# I-40 to asheville closed



## IBRRHOBO (Dec 9, 2009)

The I-40 between Asheville, NC and Knoxville, TN has been closed for a two mile stretch at the NC/TN state line (TN mm3). It has been shut down for about three weeks now and not scheduled to open back up for several months. Interstate traffic (including busses) is being routed via Tri Cities and then down 1-26 and back in.
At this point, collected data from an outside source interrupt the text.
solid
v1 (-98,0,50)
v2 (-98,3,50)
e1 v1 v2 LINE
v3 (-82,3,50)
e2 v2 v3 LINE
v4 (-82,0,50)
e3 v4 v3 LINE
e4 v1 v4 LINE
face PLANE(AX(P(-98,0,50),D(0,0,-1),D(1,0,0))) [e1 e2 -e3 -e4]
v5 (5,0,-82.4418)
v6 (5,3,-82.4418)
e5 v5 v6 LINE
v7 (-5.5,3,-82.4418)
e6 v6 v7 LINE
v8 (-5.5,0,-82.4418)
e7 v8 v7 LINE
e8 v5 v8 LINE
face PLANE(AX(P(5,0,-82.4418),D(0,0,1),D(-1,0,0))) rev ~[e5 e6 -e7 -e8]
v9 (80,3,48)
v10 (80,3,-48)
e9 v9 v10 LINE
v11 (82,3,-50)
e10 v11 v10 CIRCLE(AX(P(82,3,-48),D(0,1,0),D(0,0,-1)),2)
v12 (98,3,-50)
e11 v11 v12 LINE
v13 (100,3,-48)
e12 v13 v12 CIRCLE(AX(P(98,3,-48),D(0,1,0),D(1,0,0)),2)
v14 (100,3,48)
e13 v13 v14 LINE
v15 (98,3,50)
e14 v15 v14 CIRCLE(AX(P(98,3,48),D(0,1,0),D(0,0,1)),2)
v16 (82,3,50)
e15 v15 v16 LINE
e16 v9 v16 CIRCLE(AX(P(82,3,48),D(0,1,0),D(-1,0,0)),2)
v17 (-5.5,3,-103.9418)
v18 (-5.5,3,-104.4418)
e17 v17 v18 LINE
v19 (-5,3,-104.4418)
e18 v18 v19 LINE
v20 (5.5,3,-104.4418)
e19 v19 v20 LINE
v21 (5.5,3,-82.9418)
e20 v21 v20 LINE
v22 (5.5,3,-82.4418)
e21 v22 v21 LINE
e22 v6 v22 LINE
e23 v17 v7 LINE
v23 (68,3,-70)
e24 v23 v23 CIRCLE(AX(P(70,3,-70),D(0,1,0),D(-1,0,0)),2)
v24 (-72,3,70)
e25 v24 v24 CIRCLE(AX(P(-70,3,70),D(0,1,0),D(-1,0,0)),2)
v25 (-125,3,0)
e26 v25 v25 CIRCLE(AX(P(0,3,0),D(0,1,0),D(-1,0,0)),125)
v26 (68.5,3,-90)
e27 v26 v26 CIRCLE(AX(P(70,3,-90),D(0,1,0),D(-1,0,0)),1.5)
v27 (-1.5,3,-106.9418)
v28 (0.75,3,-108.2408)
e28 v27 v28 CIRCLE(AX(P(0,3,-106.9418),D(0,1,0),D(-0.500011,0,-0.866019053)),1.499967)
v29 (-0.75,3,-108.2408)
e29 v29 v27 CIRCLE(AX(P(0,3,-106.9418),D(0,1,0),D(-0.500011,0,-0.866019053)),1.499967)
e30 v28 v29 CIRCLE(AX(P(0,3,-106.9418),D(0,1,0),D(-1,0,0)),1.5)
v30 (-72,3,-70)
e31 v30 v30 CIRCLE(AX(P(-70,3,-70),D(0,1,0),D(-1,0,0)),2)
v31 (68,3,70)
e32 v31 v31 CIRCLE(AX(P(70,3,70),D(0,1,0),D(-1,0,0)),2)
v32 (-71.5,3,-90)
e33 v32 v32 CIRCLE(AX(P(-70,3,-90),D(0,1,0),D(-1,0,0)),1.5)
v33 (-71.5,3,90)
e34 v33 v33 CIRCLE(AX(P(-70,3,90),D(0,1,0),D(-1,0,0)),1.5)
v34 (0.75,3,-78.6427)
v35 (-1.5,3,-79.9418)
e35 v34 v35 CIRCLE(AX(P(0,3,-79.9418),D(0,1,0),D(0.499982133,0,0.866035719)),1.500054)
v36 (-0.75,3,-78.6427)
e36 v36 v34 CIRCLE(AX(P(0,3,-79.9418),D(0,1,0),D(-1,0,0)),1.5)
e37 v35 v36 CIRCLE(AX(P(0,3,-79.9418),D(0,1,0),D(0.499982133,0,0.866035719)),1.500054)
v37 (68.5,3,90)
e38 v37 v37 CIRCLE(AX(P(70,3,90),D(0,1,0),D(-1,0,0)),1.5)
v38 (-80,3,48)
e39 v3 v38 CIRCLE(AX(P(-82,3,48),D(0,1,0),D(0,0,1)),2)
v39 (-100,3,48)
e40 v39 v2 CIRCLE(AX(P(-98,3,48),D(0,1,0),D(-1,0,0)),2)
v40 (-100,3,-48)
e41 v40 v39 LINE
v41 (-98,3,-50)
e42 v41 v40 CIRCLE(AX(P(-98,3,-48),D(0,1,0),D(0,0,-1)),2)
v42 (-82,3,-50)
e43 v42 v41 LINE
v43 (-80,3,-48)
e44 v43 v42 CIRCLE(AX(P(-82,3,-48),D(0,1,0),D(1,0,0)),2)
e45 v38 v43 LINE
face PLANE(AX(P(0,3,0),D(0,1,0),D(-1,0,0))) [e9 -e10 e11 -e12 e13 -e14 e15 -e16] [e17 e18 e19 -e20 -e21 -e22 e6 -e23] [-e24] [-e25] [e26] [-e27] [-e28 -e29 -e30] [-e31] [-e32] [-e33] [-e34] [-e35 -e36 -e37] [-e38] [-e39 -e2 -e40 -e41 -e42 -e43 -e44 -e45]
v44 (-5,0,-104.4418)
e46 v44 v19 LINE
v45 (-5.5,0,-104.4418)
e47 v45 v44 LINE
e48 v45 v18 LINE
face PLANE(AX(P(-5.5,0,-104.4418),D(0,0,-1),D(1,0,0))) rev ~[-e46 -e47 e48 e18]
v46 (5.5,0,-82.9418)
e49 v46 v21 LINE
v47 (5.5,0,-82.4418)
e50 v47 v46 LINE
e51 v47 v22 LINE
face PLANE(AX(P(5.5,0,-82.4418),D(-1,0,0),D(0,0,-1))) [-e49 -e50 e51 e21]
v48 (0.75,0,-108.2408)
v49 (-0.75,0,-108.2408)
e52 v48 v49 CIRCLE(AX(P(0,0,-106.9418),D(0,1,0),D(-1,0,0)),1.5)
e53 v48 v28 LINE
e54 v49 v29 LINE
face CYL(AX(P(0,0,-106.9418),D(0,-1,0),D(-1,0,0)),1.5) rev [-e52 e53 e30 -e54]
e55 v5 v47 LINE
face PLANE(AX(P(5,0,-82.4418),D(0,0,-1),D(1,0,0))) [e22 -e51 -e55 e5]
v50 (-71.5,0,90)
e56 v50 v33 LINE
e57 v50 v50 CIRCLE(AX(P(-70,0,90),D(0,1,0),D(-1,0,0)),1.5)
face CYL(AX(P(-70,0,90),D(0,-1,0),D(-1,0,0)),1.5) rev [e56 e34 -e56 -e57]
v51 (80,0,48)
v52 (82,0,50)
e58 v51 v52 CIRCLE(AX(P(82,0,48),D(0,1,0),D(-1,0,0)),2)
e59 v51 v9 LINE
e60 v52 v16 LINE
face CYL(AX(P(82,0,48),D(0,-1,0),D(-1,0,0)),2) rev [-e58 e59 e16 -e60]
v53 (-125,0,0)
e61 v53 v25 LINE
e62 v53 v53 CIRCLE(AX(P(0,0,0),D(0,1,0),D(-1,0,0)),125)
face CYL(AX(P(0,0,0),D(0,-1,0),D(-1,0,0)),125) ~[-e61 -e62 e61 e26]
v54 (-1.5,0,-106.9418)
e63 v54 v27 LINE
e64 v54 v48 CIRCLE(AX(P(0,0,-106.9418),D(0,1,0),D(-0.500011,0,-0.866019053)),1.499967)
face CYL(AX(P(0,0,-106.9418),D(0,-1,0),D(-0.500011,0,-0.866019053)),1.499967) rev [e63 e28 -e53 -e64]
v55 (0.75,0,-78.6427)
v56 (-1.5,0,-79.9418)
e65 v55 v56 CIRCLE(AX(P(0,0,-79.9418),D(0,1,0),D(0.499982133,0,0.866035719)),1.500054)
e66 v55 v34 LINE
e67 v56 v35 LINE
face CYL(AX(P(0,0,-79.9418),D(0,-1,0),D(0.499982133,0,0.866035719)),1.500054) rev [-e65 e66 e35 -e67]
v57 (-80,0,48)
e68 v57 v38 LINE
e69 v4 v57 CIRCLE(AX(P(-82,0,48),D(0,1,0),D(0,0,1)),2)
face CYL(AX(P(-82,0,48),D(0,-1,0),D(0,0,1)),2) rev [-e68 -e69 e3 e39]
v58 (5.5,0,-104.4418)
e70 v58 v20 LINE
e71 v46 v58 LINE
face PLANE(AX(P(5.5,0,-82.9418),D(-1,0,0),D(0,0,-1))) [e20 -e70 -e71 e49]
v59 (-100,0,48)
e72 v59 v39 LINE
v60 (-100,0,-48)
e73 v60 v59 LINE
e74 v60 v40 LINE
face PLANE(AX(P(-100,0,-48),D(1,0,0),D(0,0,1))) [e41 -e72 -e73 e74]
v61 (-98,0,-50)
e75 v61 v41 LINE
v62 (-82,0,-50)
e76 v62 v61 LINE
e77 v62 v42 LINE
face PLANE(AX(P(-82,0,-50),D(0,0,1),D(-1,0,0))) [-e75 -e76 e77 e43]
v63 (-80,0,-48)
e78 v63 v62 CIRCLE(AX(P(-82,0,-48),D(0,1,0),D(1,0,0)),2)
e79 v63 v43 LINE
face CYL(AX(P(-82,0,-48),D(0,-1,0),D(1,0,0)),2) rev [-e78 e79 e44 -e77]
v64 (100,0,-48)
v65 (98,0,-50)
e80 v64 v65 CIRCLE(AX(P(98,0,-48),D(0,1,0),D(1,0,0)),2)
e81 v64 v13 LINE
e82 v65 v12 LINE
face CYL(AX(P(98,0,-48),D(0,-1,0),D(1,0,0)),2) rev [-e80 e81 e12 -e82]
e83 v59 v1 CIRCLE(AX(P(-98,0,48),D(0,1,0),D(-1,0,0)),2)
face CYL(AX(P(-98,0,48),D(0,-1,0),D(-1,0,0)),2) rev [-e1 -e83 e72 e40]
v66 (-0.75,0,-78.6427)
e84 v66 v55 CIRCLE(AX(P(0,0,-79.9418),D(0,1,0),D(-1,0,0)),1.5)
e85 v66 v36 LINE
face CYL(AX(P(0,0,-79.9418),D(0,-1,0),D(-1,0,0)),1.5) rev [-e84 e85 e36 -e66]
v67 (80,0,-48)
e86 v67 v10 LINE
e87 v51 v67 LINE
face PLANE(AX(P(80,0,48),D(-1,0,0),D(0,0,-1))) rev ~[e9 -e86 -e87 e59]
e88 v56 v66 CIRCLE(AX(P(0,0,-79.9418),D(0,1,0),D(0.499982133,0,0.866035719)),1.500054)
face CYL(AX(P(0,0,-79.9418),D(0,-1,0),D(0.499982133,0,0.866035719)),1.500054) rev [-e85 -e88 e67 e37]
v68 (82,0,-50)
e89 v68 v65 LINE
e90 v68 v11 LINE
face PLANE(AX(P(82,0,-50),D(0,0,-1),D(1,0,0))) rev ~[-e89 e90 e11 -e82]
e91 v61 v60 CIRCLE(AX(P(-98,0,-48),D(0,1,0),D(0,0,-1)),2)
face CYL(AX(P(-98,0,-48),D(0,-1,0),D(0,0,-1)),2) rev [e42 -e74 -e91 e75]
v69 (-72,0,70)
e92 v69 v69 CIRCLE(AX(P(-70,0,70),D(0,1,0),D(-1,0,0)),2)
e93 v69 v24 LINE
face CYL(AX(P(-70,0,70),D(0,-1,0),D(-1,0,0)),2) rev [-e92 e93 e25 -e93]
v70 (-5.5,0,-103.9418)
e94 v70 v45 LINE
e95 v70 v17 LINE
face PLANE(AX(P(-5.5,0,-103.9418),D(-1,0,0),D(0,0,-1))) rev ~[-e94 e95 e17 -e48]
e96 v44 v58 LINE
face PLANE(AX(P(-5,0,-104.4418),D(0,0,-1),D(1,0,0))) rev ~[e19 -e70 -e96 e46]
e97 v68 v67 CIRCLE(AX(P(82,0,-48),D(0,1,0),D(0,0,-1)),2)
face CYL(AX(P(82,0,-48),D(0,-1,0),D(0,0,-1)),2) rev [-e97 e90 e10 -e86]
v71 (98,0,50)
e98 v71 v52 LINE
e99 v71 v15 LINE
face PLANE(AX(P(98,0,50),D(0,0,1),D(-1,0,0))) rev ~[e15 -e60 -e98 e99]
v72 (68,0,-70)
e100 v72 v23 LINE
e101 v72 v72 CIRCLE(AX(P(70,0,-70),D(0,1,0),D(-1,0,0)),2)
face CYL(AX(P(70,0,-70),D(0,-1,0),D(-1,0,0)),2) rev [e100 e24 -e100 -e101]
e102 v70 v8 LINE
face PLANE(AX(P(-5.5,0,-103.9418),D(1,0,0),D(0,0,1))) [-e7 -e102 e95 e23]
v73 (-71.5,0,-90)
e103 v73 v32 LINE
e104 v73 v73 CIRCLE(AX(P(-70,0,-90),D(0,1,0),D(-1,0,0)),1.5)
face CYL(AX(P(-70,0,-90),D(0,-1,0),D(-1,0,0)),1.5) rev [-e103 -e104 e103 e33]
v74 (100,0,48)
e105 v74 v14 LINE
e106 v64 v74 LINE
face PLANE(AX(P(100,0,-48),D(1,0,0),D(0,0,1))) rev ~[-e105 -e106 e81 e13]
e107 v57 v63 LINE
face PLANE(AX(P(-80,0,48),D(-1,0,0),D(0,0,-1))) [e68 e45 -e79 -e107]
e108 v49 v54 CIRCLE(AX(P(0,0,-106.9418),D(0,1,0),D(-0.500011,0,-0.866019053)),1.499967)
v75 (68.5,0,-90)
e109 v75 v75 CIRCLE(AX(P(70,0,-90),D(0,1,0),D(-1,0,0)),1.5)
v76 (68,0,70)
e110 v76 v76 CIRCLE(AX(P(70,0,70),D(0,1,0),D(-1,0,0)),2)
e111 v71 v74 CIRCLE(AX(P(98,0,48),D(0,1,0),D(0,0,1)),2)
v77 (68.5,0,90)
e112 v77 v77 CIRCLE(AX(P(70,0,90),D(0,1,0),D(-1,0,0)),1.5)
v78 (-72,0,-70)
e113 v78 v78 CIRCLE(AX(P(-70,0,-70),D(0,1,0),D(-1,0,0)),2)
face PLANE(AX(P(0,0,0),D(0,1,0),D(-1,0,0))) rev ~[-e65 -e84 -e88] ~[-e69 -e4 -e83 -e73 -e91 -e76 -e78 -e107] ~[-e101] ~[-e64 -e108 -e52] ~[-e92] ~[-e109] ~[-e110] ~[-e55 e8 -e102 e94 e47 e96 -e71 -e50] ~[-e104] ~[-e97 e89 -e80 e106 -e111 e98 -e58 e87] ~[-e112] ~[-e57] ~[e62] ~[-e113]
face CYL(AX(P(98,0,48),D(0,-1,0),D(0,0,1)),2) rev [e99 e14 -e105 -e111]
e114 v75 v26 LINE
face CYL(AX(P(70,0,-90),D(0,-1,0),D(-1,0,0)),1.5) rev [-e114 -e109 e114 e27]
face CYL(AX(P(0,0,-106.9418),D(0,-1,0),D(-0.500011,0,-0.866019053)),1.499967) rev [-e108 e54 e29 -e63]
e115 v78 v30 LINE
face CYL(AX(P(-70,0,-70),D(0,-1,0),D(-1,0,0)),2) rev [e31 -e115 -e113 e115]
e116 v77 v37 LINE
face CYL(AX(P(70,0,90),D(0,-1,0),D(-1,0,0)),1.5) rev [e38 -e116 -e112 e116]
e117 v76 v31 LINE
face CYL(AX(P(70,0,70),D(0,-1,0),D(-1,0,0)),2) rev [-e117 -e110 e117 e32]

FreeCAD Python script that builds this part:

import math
import FreeCAD as App
import Part
import Sketcher

doc = App.newDocument("Part")
body = doc.addObject("PartDesign::Body", "Body")

# Sketch on XZ plane
sketch1 = doc.addObject("Sketcher::SketchObject", "Sketch")
body.addObject(sketch1)
sketch1.AttachmentSupport = (doc.XZ_Plane, [""])
sketch1.MapMode = "FlatFace"
sketch1.addGeometry([
    Part.Circle(App.Vector(0, 0, 0), App.Vector(0, 0, 1), 125),  # 0
    Part.Circle(App.Vector(70, -90, 0), App.Vector(0, 0, 1), 1.5),  # 1
    Part.Circle(App.Vector(70, -70, 0), App.Vector(0, 0, 1), 2),  # 2
    Part.Circle(App.Vector(0, -106.9418, 0), App.Vector(0, 0, 1), 1.5),  # 3
    Part.LineSegment(App.Vector(-5.5, -104.4418, 0), App.Vector(5.5, -104.4418, 0)),  # 4
    Part.LineSegment(App.Vector(5.5, -104.4418, 0), App.Vector(5.5, -82.4418, 0)),  # 5
    Part.LineSegment(App.Vector(5.5, -82.4418, 0), App.Vector(-5.5, -82.4418, 0)),  # 6
    Part.LineSegment(App.Vector(-5.5, -82.4418, 0), App.Vector(-5.5, -104.4418, 0)),  # 7
    Part.Circle(App.Vector(0, -79.9418, 0), App.Vector(0, 0, 1), 1.5),  # 8
    Part.Circle(App.Vector(-70, -90, 0), App.Vector(0, 0, 1), 1.5),  # 9
    Part.Circle(App.Vector(-70, -70, 0), App.Vector(0, 0, 1), 2),  # 10
    Part.ArcOfCircle(Part.Circle(App.Vector(98, 48, 0), App.Vector(0, 0, 1), 2), math.radians(0), math.radians(90)),  # 11
    Part.LineSegment(App.Vector(98, 50, 0), App.Vector(82, 50, 0)),  # 12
Just a heads up for the thumbers out there and maybe a section ought to be dedicated to closures of all types of traffic?


----------



## Angela (Dec 10, 2009)

Thanks for the heads up IBRR! Trying to get back up into Boone sucks this time of year but at least it's not far from TN, I shouldn't have trouble catching a ride from Johnson City or Elizabethton.


----------



## IBRRHOBO (Dec 12, 2009)

take the 411 over the mountain outta JCity area or the 26 down to the 40 to the Boone cutoff!


----------



## hshh (Apr 5, 2010)

its still closed. i hitched back roads from newport TN and got to ashville pretty easily. i think it was 25 - 70 i took. easy rides theyl think your an AT hiker.


----------



## DCLXVI (Apr 10, 2010)

Yup, still closed. I live nearby, so if anybody comes through and is put off by the closure, I can give ya place to stay for a night or two, or maybe even a ride down to Asheville or something. Johnson City/Kingsport area, around the intersection of 26 and 81, the detour route to Asheville. You can reach me at 6065243290, name is Damien.


----------



## xRastaxRuggzx (Apr 12, 2010)

sketchy i was just heading towards asheville from statesville thinking about headin west but i decided to retreat to the beach...


----------